In this study, the pre/post-HBP lesion-to-liver SIR showed a high efficiency for classifying hepatocellular benign lesion in three categories (increasing SIR lesions are FNHs, decreasing SIR lesions are HCAs, and stable SIR lesions are indeterminate) without misclassification. This suggests that the pre/post-HBP lesion-to-liver SIR may help avoid biopsy in increasing SIR lesions, representing more than 50% of all studied FNHs. The evaluation of conventional MRI features showed that indeterminate nodules with a single atypical feature, representing 73% of indeterminate nodules, were all FNHs. This suggests that even more biopsies may be avoided, until about 93% of all studied FNHs (27 of 29 cases).

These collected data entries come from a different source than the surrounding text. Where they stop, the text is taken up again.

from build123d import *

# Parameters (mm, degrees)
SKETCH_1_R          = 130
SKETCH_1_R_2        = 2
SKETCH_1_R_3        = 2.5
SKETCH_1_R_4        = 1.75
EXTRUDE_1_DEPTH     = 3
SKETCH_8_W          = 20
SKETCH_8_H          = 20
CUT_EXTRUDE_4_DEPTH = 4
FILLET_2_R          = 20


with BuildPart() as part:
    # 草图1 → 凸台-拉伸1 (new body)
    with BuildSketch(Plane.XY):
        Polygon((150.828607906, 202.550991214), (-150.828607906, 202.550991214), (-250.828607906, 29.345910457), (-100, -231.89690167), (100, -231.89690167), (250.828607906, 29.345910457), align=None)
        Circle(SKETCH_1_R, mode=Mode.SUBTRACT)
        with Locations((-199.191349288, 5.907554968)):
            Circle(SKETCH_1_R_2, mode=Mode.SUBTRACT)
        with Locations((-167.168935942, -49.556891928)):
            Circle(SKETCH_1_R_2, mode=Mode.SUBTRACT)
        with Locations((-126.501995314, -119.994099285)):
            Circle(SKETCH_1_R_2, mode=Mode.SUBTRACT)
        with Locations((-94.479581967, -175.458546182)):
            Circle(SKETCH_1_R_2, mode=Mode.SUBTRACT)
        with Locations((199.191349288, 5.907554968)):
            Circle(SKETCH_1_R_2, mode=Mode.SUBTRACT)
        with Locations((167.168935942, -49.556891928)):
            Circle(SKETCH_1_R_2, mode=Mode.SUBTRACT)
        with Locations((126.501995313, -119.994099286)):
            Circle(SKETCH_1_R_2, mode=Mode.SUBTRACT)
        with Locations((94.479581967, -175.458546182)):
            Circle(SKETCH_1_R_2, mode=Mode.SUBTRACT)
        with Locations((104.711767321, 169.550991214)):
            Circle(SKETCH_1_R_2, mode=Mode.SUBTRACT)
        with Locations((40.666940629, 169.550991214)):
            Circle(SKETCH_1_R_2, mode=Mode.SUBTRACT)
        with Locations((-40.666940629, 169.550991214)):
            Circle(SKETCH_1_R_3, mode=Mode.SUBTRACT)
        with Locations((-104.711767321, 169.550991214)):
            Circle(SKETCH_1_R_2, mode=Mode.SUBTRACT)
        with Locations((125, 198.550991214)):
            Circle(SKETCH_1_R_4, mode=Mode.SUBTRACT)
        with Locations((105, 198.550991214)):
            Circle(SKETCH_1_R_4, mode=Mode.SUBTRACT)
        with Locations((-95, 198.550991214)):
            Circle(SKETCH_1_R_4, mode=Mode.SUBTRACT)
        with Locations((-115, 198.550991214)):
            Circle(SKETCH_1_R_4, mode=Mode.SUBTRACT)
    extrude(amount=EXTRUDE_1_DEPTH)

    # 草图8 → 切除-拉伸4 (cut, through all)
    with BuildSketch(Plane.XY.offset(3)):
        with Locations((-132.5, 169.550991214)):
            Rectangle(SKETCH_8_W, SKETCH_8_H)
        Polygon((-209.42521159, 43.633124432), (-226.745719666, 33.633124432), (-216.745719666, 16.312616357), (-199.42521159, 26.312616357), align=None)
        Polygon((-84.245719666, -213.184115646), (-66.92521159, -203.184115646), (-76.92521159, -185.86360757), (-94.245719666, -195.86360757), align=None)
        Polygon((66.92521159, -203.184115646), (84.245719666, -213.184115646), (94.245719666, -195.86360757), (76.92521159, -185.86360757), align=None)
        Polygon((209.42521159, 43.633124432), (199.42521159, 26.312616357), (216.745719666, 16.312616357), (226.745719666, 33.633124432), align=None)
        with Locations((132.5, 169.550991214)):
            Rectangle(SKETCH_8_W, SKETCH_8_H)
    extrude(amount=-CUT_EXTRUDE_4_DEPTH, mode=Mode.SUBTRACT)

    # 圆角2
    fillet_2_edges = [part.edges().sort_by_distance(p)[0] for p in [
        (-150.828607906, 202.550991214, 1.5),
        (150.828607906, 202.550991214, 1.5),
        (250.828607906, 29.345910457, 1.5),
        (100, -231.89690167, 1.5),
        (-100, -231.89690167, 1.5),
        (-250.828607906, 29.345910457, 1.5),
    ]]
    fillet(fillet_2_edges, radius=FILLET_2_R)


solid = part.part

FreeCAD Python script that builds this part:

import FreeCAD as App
import Part
import Sketcher

V = App.Vector
Q = App.Units.Quantity


def edges_at(feature, points):
    """Names of the edges that pass closest to the given points."""
    edges = feature.Shape.Edges
    near = lambda p: min(range(len(edges)), key=lambda i: edges[i].distToShape(Part.Vertex(*p))[0])
    return sorted({f"Edge{near(p) + 1}" for p in points})


def add_polygon(sketch, points):
    """Adds a closed chain of lines whose ends are joined by coincident constraints."""
    first, n = sketch.GeometryCount, len(points)
    for a, b in zip(points, points[1:] + points[:1]):
        sketch.addGeometry(Part.LineSegment(App.Vector(*a, 0), App.Vector(*b, 0)), False)
    for i in range(n):
        sketch.addConstraint(Sketcher.Constraint("Coincident", first + i, 2, first + (i + 1) % n, 1))

doc = App.newDocument("Part")
body = doc.addObject("PartDesign::Body", "Body")

sketch1 = doc.addObject("Sketcher::SketchObject", "Sketch")
body.addObject(sketch1)
sketch1.AttachmentSupport = (doc.XY_Plane, [""])
sketch1.MapMode = "FlatFace"
add_polygon(sketch1, [(150.828608, 202.550991), (-150.828608, 202.550991), (-250.828608, 29.34591), (-100, -231.896902), (100, -231.896902), (250.828608, 29.34591)])
sketch1.addGeometry(Part.Circle(V(-126.501995, -119.994099, 0), V(0, 0, 1), 2), False)
sketch1.addGeometry(Part.Circle(V(-94.479582, -175.458546, 0), V(0, 0, 1), 2), False)
sketch1.addGeometry(Part.Circle(V(-167.168936, -49.556892, 0), V(0, 0, 1), 2), False)
sketch1.addGeometry(Part.Circle(V(-199.191349, 5.907555, 0), V(0, 0, 1), 2), False)
sketch1.addGeometry(Part.Circle(V(94.479582, -175.458546, 0), V(0, 0, 1), 2), False)
sketch1.addGeometry(Part.Circle(V(126.501995, -119.994099, 0), V(0, 0, 1), 2), False)
sketch1.addGeometry(Part.Circle(V(0, 0, 0), V(0, 0, 1), 130), False)
sketch1.addGeometry(Part.Circle(V(167.168936, -49.556892, 0), V(0, 0, 1), 2), False)
sketch1.addGeometry(Part.Circle(V(199.191349, 5.907555, 0), V(0, 0, 1), 2), False)
sketch1.addGeometry(Part.Circle(V(-104.711767, 169.550991, 0), V(0, 0, 1), 2), False)
sketch1.addGeometry(Part.Circle(V(-115, 198.550991, 0), V(0, 0, 1), 1.75), False)
sketch1.addGeometry(Part.Circle(V(-95, 198.550991, 0), V(0, 0, 1), 1.75), False)
sketch1.addGeometry(Part.Circle(V(-40.666941, 169.550991, 0), V(0, 0, 1), 2.5), False)
sketch1.addGeometry(Part.Circle(V(40.666941, 169.550991, 0), V(0, 0, 1), 2), False)
sketch1.addGeometry(Part.Circle(V(104.711767, 169.550991, 0), V(0, 0, 1), 2), False)
sketch1.addGeometry(Part.Circle(V(105, 198.550991, 0), V(0, 0, 1), 1.75), False)
sketch1.addGeometry(Part.Circle(V(125, 198.550991, 0), V(0, 0, 1), 1.75), False)
sketch1.addConstraint(Sketcher.Constraint("Horizontal", 0))
sketch1.addConstraint(Sketcher.Constraint("Horizontal", 3))
sketch1.addConstraint(Sketcher.Constraint("Coincident", 12, 3, -1, 1))
sketch1.addConstraint(Sketcher.Constraint("Equal", 6, 7))
sketch1.addConstraint(Sketcher.Constraint("Equal", 7, 8))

The main limitation of this study is the selection bias due to the retrospective recruitment on the basis of histologically proven lesions. Therefore, we included more atypical FNHs than in prior studies. The distribution of FNHs and HCAs is also not a representative of the general population. This study focused on benign hepatocellular lesions and did not include hepatocellular carcinoma, which rarely shows a Gd-BOPTA uptake on HBP [36].

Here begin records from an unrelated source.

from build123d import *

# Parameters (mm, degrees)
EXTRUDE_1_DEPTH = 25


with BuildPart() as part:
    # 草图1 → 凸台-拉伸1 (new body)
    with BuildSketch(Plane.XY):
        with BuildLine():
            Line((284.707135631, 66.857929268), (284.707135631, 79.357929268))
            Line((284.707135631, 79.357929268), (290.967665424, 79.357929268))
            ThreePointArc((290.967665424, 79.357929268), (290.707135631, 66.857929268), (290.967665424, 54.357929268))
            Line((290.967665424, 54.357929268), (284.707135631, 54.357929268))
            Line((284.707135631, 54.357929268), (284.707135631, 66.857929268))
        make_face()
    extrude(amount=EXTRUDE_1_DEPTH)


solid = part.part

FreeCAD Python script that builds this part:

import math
import FreeCAD as App
import Part
import Sketcher

doc = App.newDocument("Part")
params = doc.addObject("Spreadsheet::Sheet", "Params")
for row, (alias, value) in enumerate([
    ("sketch1_radius", "300 mm"),
    ("sketch1_height", "25 mm"),
    ("pad1_length", "25 mm"),
], start=1):
    params.set(f"A{row}", alias)
    params.set(f"B{row}", "=" + value)
    params.setAlias(f"B{row}", alias)

body = doc.addObject("PartDesign::Body", "Body")

sketch1 = doc.addObject("Sketcher::SketchObject", "Sketch")
body.addObject(sketch1)
sketch1.AttachmentSupport = (doc.XY_Plane, [""])
sketch1.MapMode = "FlatFace"
sketch1.addGeometry(Part.LineSegment(App.Vector(290.967665, 79.357929, 0), App.Vector(284.707136, 79.357929, 0)), False)
sketch1.addGeometry(Part.LineSegment(App.Vector(284.707136, 79.357929, 0), App.Vector(284.707136, 54.357929, 0)), False)
sketch1.addGeometry(Part.LineSegment(App.Vector(284.707136, 54.357929, 0), App.Vector(290.967665, 54.357929, 0)), False)
sketch1.addGeometry(Part.ArcOfCircle(Part.Circle(App.Vector(590.707136, 66.857929, 0), App.Vector(0, 0, 1), 300), math.radians(177.611985), math.radians(182.388015)), False)
sketch1.addConstraint(Sketcher.Constraint("Coincident", 0, 2, 1, 1))
sketch1.addConstraint(Sketcher.Constraint("Coincident", 1, 2, 2, 1))
sketch1.addConstraint(Sketcher.Constraint("Coincident", 2, 2, 3, 2))
sketch1.addConstraint(Sketcher.Constraint("Coincident", 3, 1, 0, 1))
sketch1.addConstraint(Sketcher.Constraint("Horizontal", 0))
sketch1.addConstraint(Sketcher.Constraint("Vertical", 1))
sketch1.addConstraint(Sketcher.Constraint("Horizontal", 2))
sketch1.addConstraint(Sketcher.Constraint("Vertical", 2, 2, 3, 1))
sketch1.addConstraint(Sketcher.Constraint("Radius", 3, 300.0))
sketch1.addConstraint(Sketcher.Constraint("DistanceY", 1, 2, 1, 1, 25.0))
sketch1.addConstraint(Sketcher.Constraint("DistanceX", 0, 2, 3, 3, 306.0))
sketch1.addConstraint(Sketcher.Constraint("DistanceY", -1, 1, 3, 3, 66.857929))
sketch1.addConstraint(Sketcher.Constraint("DistanceX", -1, 1, 3, 3, 590.707136))
sketch1.setExpression("Constraints[8]", "Params.sketch1_radius")
sketch1.setExpression("Constraints[9]", "Params.sketch1_height")
pad1 = doc.addObject("PartDesign::Pad", "Pad")
body.addObject(pad1)
pad1.Profile = sketch1
pad1.setExpression("Length", "Params.pad1_length")

doc.recompute()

Recently, the European Medicines Agency recommended to suspend the Gd-BOPTA marketing authorization due to a potential risk of brain gadolinium retention [37, 38] but maintained its use to liver imaging due to an important diagnostic need [39].

Conclusion

The pre/post-HBP lesion-to-liver SIR has shown high efficiency in classifying benign hepatocellular lesions in three categories without misclassification: increasing, stable, and decreasing SIR lesions. Increasing SIR lesions are FNHs and decreasing SIR lesions are HCAs. Therefore, a biopsy can be avoided in more than 50% of atypical FNHs. The study also highlights that T1-WI in-phase is the most reliable sequence for the HBP, and it is recommended to include it systematically, as it avoids confusing signal observed with OP and FS in the case of fatty liver.